### [Problem requirements]
Reproduce exactly, from the data that follows, the line with "#129=FACE_BOUND('',#128,.F.);", the line with "#181=AXIS2_PLACEMENT_3D('',#63,#16,#17);", and every line that lies between them.

───

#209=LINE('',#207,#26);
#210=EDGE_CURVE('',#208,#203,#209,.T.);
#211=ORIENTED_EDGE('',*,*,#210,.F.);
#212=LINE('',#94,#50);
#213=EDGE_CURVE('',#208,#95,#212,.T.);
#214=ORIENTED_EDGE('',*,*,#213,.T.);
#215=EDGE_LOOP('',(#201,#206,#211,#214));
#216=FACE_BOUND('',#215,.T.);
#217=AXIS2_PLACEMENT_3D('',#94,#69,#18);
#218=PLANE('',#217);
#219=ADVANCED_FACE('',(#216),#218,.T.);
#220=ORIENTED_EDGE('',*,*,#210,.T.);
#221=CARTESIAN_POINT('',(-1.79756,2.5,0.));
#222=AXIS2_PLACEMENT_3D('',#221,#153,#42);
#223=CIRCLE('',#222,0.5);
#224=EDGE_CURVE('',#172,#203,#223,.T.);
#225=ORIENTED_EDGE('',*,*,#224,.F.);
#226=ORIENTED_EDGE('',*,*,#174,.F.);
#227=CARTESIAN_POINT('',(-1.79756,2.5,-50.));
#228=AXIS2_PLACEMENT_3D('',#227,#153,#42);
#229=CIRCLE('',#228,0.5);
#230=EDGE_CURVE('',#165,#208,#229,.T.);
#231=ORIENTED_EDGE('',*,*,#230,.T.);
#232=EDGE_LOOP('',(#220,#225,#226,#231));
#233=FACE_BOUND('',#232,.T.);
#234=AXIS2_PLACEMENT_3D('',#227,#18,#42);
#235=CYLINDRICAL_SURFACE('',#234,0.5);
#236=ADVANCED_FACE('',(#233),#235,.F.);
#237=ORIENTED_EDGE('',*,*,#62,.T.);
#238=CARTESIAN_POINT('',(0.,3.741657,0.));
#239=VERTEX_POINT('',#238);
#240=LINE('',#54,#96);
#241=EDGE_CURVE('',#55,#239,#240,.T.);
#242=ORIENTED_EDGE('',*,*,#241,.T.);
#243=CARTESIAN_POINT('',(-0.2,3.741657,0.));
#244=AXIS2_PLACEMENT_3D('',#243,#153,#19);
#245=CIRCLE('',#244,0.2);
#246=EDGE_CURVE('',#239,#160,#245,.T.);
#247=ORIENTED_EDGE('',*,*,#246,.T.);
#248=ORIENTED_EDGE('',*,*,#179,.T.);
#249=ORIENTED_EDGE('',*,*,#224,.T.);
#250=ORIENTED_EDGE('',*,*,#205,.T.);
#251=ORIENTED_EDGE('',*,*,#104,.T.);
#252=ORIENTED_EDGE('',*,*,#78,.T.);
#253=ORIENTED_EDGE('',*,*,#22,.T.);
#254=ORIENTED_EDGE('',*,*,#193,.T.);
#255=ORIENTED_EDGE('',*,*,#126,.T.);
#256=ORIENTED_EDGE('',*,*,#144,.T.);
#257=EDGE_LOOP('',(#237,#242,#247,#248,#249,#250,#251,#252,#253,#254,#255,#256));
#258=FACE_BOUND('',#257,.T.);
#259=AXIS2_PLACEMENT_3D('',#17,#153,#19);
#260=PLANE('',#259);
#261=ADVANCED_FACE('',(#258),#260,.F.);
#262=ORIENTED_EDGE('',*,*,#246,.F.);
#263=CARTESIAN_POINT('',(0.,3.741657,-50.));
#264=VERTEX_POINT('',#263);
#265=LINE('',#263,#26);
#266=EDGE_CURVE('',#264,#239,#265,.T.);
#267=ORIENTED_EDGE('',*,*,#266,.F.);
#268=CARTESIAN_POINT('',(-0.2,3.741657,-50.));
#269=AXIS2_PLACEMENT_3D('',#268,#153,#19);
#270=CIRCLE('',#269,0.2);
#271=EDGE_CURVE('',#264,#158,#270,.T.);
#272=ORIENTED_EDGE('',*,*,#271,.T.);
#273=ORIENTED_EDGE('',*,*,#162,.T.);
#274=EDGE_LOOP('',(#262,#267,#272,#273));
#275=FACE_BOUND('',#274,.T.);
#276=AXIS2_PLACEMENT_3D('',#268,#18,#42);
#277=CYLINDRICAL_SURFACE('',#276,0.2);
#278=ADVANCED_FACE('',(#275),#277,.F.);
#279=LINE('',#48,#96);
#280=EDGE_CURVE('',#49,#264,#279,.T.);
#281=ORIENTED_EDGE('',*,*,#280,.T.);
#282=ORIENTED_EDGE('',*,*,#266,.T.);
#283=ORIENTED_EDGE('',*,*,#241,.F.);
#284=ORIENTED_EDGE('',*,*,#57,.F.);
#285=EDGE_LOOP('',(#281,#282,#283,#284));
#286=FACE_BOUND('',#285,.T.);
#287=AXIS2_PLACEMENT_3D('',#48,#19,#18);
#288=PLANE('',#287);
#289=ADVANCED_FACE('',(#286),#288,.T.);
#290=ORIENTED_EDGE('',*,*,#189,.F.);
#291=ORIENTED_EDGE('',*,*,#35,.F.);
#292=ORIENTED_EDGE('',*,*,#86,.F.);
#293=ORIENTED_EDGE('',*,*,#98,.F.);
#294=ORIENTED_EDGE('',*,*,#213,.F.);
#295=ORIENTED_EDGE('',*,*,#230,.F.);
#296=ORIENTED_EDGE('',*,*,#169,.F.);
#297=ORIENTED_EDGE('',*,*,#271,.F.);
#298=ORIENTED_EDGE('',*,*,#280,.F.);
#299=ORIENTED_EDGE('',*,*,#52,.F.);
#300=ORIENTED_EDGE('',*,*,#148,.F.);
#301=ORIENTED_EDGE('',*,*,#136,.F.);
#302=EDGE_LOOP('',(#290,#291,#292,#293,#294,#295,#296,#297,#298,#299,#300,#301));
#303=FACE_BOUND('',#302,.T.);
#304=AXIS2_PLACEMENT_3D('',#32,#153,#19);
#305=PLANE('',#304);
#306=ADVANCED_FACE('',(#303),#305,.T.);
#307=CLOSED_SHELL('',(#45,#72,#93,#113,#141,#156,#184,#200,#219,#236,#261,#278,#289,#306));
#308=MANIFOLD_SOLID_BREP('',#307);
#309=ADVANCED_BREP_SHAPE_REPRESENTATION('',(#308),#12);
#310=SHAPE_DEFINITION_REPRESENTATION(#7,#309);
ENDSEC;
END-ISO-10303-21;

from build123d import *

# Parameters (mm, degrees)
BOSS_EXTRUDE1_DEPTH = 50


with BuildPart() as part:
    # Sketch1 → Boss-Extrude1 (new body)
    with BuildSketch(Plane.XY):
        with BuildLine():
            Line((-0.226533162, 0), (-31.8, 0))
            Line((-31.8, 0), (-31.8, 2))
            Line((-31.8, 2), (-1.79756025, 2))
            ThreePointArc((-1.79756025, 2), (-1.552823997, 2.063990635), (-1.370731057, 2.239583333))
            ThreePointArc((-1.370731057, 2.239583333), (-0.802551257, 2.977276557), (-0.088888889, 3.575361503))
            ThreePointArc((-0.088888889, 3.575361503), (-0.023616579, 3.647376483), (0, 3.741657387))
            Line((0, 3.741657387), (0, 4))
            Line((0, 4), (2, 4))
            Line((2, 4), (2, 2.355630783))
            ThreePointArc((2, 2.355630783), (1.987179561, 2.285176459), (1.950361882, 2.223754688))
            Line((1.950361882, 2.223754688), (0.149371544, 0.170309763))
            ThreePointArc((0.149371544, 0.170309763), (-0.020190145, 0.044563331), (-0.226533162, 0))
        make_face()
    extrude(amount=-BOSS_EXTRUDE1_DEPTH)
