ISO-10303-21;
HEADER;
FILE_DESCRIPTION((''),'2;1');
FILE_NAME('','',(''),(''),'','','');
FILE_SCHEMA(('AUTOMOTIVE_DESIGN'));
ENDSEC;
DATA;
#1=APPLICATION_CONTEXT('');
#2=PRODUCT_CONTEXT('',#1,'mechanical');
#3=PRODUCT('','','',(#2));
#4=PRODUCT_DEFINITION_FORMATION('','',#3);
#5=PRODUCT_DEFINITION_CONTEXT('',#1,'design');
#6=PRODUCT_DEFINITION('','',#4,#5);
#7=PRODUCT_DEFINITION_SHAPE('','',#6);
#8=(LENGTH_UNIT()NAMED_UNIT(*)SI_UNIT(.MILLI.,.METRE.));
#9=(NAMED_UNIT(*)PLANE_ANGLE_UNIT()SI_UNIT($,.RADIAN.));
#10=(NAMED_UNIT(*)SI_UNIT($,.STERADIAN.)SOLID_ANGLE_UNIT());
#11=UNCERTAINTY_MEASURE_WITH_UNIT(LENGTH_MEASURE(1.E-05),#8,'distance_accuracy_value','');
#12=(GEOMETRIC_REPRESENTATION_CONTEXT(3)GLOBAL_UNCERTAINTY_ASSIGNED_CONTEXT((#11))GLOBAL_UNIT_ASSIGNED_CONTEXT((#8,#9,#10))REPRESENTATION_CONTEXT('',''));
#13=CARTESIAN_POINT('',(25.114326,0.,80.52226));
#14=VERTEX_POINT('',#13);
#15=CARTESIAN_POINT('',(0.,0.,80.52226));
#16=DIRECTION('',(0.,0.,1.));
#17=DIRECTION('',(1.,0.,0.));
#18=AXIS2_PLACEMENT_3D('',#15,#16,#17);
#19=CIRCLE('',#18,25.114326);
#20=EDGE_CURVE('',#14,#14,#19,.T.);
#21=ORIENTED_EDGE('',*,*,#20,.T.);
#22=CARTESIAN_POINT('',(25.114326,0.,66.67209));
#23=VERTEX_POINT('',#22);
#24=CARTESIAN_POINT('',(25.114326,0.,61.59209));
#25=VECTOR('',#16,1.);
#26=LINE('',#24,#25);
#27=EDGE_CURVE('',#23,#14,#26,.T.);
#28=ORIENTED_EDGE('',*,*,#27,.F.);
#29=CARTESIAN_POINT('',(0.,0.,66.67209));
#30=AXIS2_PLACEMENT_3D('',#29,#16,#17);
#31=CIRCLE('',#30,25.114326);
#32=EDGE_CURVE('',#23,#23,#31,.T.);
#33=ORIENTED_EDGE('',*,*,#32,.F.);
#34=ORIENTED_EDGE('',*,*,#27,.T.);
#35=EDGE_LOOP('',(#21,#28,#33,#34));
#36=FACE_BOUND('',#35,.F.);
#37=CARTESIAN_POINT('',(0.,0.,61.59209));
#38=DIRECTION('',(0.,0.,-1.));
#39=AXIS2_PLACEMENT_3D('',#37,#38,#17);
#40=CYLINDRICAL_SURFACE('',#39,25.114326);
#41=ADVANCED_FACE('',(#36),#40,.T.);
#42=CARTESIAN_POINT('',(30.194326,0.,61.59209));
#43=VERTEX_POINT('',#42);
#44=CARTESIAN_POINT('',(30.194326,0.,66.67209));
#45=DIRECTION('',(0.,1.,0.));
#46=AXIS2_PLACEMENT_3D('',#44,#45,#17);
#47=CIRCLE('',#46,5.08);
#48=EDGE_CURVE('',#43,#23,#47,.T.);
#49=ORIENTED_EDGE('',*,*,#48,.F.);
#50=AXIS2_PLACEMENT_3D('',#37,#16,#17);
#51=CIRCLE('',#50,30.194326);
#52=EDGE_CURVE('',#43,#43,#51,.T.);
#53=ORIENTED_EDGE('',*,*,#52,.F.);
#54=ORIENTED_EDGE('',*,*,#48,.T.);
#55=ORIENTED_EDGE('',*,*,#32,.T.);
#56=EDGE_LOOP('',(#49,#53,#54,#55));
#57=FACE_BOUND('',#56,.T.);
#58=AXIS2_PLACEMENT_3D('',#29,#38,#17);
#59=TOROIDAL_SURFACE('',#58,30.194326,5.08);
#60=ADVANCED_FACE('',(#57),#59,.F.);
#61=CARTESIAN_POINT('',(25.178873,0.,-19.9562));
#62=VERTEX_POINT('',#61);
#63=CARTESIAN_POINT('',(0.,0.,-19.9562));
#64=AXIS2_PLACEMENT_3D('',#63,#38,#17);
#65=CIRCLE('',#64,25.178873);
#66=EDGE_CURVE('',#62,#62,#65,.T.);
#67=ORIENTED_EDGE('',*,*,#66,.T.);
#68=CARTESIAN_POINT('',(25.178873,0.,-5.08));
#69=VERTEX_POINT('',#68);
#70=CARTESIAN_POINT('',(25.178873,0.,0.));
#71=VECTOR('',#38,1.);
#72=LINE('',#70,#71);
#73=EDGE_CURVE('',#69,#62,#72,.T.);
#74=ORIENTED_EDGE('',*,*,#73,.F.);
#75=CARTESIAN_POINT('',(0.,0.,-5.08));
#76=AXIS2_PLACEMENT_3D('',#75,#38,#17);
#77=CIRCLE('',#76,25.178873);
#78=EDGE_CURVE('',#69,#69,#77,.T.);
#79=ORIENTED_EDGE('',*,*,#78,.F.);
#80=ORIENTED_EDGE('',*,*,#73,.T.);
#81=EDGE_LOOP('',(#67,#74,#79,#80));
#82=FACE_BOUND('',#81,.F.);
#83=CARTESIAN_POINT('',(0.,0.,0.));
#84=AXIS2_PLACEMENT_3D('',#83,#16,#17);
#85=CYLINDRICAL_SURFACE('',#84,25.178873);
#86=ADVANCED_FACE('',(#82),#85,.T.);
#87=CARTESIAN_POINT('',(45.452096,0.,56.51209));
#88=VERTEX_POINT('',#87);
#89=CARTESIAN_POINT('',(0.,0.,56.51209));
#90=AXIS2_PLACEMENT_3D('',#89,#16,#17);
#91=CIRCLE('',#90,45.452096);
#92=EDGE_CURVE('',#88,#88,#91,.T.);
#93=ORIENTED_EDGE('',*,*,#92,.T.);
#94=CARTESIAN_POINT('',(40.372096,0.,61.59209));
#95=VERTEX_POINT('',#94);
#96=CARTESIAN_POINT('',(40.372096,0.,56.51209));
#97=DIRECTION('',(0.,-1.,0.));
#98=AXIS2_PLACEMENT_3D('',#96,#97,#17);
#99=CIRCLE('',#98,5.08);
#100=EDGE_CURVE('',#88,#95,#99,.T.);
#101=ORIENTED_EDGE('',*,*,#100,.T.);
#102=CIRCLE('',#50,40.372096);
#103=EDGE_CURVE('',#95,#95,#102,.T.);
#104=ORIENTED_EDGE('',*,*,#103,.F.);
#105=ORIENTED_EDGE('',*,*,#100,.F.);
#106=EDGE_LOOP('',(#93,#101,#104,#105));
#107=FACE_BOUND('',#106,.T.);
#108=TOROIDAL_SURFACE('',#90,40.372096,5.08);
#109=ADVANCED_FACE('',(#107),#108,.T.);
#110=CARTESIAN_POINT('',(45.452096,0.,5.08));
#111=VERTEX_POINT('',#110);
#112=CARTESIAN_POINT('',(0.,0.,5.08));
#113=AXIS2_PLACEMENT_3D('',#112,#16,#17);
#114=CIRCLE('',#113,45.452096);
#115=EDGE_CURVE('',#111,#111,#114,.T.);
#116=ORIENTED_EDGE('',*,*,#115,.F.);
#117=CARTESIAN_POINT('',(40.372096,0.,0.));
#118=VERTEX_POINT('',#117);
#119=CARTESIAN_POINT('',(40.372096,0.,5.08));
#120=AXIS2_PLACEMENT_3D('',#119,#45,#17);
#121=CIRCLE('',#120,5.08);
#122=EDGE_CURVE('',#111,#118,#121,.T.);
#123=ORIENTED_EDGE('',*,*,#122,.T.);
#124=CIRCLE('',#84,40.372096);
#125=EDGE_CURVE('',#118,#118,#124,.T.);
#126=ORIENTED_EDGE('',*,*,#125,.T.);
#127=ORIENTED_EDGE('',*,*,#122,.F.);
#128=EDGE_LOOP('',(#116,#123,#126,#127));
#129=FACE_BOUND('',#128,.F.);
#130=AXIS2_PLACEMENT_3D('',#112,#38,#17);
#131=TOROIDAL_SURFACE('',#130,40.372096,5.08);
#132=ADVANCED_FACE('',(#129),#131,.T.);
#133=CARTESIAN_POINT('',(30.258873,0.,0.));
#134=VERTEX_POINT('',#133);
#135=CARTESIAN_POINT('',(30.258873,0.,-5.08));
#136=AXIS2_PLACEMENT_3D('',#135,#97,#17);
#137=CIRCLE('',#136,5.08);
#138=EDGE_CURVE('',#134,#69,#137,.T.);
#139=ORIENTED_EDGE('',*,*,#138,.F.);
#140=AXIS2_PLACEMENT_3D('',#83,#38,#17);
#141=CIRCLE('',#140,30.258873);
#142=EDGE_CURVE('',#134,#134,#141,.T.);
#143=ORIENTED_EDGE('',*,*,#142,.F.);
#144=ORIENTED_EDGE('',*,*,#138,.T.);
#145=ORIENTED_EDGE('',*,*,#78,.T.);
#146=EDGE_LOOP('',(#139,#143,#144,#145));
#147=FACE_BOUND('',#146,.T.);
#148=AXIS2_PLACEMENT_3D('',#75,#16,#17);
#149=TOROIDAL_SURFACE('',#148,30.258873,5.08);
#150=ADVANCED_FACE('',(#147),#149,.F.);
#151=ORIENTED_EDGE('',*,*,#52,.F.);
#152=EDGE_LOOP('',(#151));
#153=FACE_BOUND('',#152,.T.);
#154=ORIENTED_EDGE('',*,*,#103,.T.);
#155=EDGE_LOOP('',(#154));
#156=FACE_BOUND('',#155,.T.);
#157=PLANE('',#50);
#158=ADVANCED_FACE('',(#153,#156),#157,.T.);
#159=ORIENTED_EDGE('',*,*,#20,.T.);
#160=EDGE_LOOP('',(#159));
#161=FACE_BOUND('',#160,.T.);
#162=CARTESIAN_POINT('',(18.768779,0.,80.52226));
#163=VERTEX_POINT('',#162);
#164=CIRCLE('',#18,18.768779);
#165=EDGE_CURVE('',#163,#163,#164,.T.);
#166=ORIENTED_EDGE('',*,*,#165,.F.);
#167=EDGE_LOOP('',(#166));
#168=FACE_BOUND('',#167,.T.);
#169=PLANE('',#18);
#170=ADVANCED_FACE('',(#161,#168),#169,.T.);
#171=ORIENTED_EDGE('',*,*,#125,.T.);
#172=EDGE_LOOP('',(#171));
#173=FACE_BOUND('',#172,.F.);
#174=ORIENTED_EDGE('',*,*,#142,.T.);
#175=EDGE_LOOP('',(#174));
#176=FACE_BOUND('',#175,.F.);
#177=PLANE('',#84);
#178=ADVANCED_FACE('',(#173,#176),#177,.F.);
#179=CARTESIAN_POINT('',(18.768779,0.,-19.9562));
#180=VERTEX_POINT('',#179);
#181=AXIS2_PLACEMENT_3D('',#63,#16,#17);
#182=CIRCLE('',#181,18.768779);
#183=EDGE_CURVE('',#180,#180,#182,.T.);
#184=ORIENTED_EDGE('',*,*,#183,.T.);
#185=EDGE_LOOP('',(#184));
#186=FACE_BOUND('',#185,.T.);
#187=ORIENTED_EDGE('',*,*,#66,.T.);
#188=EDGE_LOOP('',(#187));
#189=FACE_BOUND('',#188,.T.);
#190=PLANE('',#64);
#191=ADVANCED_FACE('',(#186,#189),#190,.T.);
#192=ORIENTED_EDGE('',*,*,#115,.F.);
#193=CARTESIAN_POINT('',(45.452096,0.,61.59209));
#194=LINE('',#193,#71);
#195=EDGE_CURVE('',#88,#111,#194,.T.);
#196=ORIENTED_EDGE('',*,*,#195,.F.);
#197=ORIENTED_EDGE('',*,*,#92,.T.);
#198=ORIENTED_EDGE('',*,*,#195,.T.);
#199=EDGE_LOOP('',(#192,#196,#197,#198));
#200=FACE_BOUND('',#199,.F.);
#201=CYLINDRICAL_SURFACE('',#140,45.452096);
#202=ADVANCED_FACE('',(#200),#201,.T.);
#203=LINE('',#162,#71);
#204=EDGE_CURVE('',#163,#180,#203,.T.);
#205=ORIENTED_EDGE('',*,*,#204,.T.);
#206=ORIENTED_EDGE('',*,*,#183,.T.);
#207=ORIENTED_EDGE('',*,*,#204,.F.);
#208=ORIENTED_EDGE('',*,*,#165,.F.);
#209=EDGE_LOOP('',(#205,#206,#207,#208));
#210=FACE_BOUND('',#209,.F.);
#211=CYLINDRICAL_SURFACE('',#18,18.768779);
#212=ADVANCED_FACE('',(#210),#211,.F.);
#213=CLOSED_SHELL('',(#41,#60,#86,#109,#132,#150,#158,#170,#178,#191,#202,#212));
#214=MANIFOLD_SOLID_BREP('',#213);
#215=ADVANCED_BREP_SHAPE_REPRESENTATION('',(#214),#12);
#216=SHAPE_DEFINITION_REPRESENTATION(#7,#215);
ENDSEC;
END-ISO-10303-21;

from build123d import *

# Parameters (mm, degrees)
F0_R       = 45.4520962522
F1_DEPTH   = 61.59209
F2_R       = 25.1143263765
F1_FACE1_R = 45.4520962522
F3_DEPTH   = 18.93017
F4_R       = 25.1788729995
F5_DEPTH   = 19.9562
F6_R       = 5.08
F7_R       = 18.7687787906
F8_DEPTH   = 284.89901


with BuildPart() as f1:
    # F0 (on Top) → F1 (new body)
    with BuildSketch(Plane.XY):
        Circle(F0_R)
    extrude(amount=F1_DEPTH)

    # F2 (on face) + F1_face1 (on face) → F3 (join)
    with BuildSketch(Plane.XY.offset(61.59209)):
        Circle(F2_R)
    with BuildSketch(Plane(origin=(0, 0, 0), x_dir=(1, 0, 0), z_dir=(0, 0, -1))):
        Circle(F1_FACE1_R)
    extrude(amount=F3_DEPTH, dir=(0, 0, 1))

    # F4 (on face) → F5 (join)
    with BuildSketch(Plane(origin=(0, 0, 0), x_dir=(1, 0, 0), z_dir=(0, 0, -1))):
        Circle(F4_R)
    extrude(amount=F5_DEPTH)

    # F6
    f6_edges = [f1.edges().sort_by_distance(p)[0] for p in [
        (-45.452096, 0, 0),
        (45.452096, 0, 30.796045),
        (-45.452096, 0, 61.59209),
        (-25.114326, 0, 61.59209),
        (-25.178873, 0, 0),
    ]]
    fillet(f6_edges, radius=F6_R)

    # F7 (on face) → F8 (cut)
    with BuildSketch(Plane.XY.offset(80.52226)):
        Circle(F7_R)
    extrude(amount=-F8_DEPTH, mode=Mode.SUBTRACT)


solid = f1.part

───

### [Response]
#129=FACE_BOUND('',#128,.F.);
#130=AXIS2_PLACEMENT_3D('',#112,#38,#17);
#131=TOROIDAL_SURFACE('',#130,40.372096,5.08);
#132=ADVANCED_FACE('',(#129),#131,.T.);
#133=CARTESIAN_POINT('',(30.258873,0.,0.));
#134=VERTEX_POINT('',#133);
#135=CARTESIAN_POINT('',(30.258873,0.,-5.08));
#136=AXIS2_PLACEMENT_3D('',#135,#97,#17);
#137=CIRCLE('',#136,5.08);
#138=EDGE_CURVE('',#134,#69,#137,.T.);
#139=ORIENTED_EDGE('',*,*,#138,.F.);
#140=AXIS2_PLACEMENT_3D('',#83,#38,#17);
#141=CIRCLE('',#140,30.258873);
#142=EDGE_CURVE('',#134,#134,#141,.T.);
#143=ORIENTED_EDGE('',*,*,#142,.F.);
#144=ORIENTED_EDGE('',*,*,#138,.T.);
#145=ORIENTED_EDGE('',*,*,#78,.T.);
#146=EDGE_LOOP('',(#139,#143,#144,#145));
#147=FACE_BOUND('',#146,.T.);
#148=AXIS2_PLACEMENT_3D('',#75,#16,#17);
#149=TOROIDAL_SURFACE('',#148,30.258873,5.08);
#150=ADVANCED_FACE('',(#147),#149,.F.);
#151=ORIENTED_EDGE('',*,*,#52,.F.);
#152=EDGE_LOOP('',(#151));
#153=FACE_BOUND('',#152,.T.);
#154=ORIENTED_EDGE('',*,*,#103,.T.);
#155=EDGE_LOOP('',(#154));
#156=FACE_BOUND('',#155,.T.);
#157=PLANE('',#50);
#158=ADVANCED_FACE('',(#153,#156),#157,.T.);
#159=ORIENTED_EDGE('',*,*,#20,.T.);
#160=EDGE_LOOP('',(#159));
#161=FACE_BOUND('',#160,.T.);
#162=CARTESIAN_POINT('',(18.768779,0.,80.52226));
#163=VERTEX_POINT('',#162);
#164=CIRCLE('',#18,18.768779);
#165=EDGE_CURVE('',#163,#163,#164,.T.);
#166=ORIENTED_EDGE('',*,*,#165,.F.);
#167=EDGE_LOOP('',(#166));
#168=FACE_BOUND('',#167,.T.);
#169=PLANE('',#18);
#170=ADVANCED_FACE('',(#161,#168),#169,.T.);
#171=ORIENTED_EDGE('',*,*,#125,.T.);
#172=EDGE_LOOP('',(#171));
#173=FACE_BOUND('',#172,.F.);
#174=ORIENTED_EDGE('',*,*,#142,.T.);
#175=EDGE_LOOP('',(#174));
#176=FACE_BOUND('',#175,.F.);
#177=PLANE('',#84);
#178=ADVANCED_FACE('',(#173,#176),#177,.F.);
#179=CARTESIAN_POINT('',(18.768779,0.,-19.9562));
#180=VERTEX_POINT('',#179);
#181=AXIS2_PLACEMENT_3D('',#63,#16,#17);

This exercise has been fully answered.